6/21/2011 c1 228punctured.lungs
I love the first stanza. Well, I love all of it. I just think that the first stanza is particularly incredible.
4/20/2009 c1 145young and the reckless
"she's the pressure of your foot on the gas pedal"

stunning, to say the least
10/26/2008 c1 23the.mad.hatter's.accomplice
i'd say "good" but it's much better than that, and i'd think it was silly, to use such a...prosaic word for such a completely un-mundane piece.
6/6/2008 c1 40HurtMe
It looks like you wrote this a long time ago, so I don't know if you still use this account, but this poem was too good not to review. This piece is absolutely beautiful. It is so well written that it makes me shiver.
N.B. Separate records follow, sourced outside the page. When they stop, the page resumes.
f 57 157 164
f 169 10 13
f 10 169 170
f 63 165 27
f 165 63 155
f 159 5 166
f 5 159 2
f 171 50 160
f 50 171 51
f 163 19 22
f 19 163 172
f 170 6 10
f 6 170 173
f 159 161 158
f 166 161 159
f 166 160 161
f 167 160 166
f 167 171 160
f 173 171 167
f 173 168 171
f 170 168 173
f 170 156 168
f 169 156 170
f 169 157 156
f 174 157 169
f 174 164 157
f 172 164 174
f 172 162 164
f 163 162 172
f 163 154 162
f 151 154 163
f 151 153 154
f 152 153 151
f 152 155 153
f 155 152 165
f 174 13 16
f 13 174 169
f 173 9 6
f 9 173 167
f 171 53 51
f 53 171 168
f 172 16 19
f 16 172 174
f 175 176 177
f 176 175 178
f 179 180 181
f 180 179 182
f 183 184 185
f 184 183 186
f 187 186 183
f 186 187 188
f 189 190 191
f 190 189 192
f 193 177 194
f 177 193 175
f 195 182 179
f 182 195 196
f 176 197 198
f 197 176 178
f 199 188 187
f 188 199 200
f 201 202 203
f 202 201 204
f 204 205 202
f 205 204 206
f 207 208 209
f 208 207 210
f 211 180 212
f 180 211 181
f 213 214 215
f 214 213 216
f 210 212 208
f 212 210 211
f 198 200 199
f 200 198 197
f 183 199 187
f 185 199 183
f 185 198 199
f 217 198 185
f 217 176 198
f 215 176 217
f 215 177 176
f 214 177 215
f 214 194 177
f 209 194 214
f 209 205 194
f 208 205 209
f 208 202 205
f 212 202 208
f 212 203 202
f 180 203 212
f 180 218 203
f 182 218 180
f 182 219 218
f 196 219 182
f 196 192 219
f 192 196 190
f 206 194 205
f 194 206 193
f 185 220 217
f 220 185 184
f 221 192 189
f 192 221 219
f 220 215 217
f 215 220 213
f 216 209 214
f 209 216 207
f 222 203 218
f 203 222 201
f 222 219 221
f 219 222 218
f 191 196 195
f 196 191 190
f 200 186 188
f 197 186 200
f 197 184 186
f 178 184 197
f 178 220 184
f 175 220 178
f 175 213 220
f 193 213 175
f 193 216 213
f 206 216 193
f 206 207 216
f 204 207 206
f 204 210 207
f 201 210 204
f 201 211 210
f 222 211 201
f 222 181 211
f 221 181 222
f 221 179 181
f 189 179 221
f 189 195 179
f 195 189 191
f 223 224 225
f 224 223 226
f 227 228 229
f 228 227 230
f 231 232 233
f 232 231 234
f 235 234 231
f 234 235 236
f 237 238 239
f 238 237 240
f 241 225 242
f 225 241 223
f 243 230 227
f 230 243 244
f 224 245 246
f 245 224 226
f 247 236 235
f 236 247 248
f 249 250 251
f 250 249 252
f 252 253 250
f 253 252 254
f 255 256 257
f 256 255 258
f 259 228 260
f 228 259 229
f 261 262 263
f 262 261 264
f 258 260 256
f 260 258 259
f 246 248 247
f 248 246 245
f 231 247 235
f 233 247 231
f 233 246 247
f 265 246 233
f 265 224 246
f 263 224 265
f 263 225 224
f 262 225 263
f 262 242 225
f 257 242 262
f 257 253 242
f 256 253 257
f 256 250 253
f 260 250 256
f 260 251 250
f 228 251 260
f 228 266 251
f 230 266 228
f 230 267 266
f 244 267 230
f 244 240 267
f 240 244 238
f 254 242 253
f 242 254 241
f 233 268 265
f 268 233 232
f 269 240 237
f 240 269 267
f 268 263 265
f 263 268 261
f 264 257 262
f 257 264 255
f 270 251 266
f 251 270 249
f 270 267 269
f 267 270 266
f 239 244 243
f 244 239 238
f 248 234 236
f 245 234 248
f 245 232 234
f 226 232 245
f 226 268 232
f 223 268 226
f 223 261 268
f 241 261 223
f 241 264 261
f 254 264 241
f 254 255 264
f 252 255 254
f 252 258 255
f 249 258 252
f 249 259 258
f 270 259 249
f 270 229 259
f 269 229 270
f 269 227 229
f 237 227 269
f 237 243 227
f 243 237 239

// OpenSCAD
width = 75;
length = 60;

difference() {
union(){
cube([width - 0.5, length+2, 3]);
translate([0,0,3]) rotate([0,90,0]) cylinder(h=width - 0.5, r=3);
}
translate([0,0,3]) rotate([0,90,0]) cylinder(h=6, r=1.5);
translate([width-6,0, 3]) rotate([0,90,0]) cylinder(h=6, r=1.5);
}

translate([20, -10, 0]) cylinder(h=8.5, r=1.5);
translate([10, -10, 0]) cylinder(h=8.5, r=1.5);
Superbly done.
3/10/2007 c1 she smolders
she makes me wish that i could just give her a hug. this is lovely.
8/28/2006 c1 12Panicking With Hesitation
wow thats really good.

-totally love your username.

-im always wondered what: Fin means. and im been writing for three years now... thats sad.

-keep writing.
8/23/2006 c1 87Chaos Apple
God, this caught me and hel me and -it wouldn't let go- this is painful and addicting and perfect.
8/21/2006 c1 30Shes Never Known Happy
this was really good it reminded me of the writer frachsca la block lol i hope i spelt the right anyways good work
8/19/2006 c1 46ClassicElfRyoko
all I can say is *wow*! This poem made my jaw drop. I loved the last lines especially. wonderful!
8/15/2006 c1 190apromptedpoet
Absolutely gorgeous.It's addicting and sexy, just like "she". Great work.Much Love-Suicidal_Greeting
8/10/2006 c1 871no.peace.los.angeles
Beautiful and sexy. I love love love that first stanza. If that alone was the entirety of the poem, I would for sure be putting this on my favorites. However, I felt that the rest of the poem fell a little from that point, from that great opening line of "she's an anorexic's rib cage." Shut up, that's fantastic. I like how you've used metaphors throughout, but the images weren't as strong as the first stanza to me. I think the phrase "lips like sugar" is a little cliche (though I've used it before, too), though you do counteract that with the next line about vodka-spiked orange juice (you could even say "tinged with the taste of screwdrivers" there and it might work...assuming that people know that by screwdriver, you're referring to the drink and not the tool). Anyway, that's enough rambling. This is still pretty great. Keep writing! :)
8/7/2006 c1 65Aquafied
does any not need to be saved?

i really like it though, i need a tan.
8/7/2006 c1 do not resuscitate
that last stanza. how'd you think of that? the internal rhyme and the ending. it makes the poem. so pretty.
8/7/2006 c1 90WiltingBlackRose
Oh wow, that was beautiful.

I really do love the way you phrase things. I get a lot of imagery from your poems and they are very inspirational.
8/6/2006 c1 68this is britt
I change my claim from before- you are the best writer here. it started a little slow- but, then you just, described everything so vividly and perfectly and then it just goes up in flames (in a good way, I mean.) you have so much talent in you, everytime I read something you write, I'm- literally- floored. and for the most part, it takes a lot to impress me. but the way you write. my god. CAN I BE YOU FOR ONE SECOND, PLEASE? I'm gushing. I'll stop. (sorry- it's just, you, I have to review, dammit.)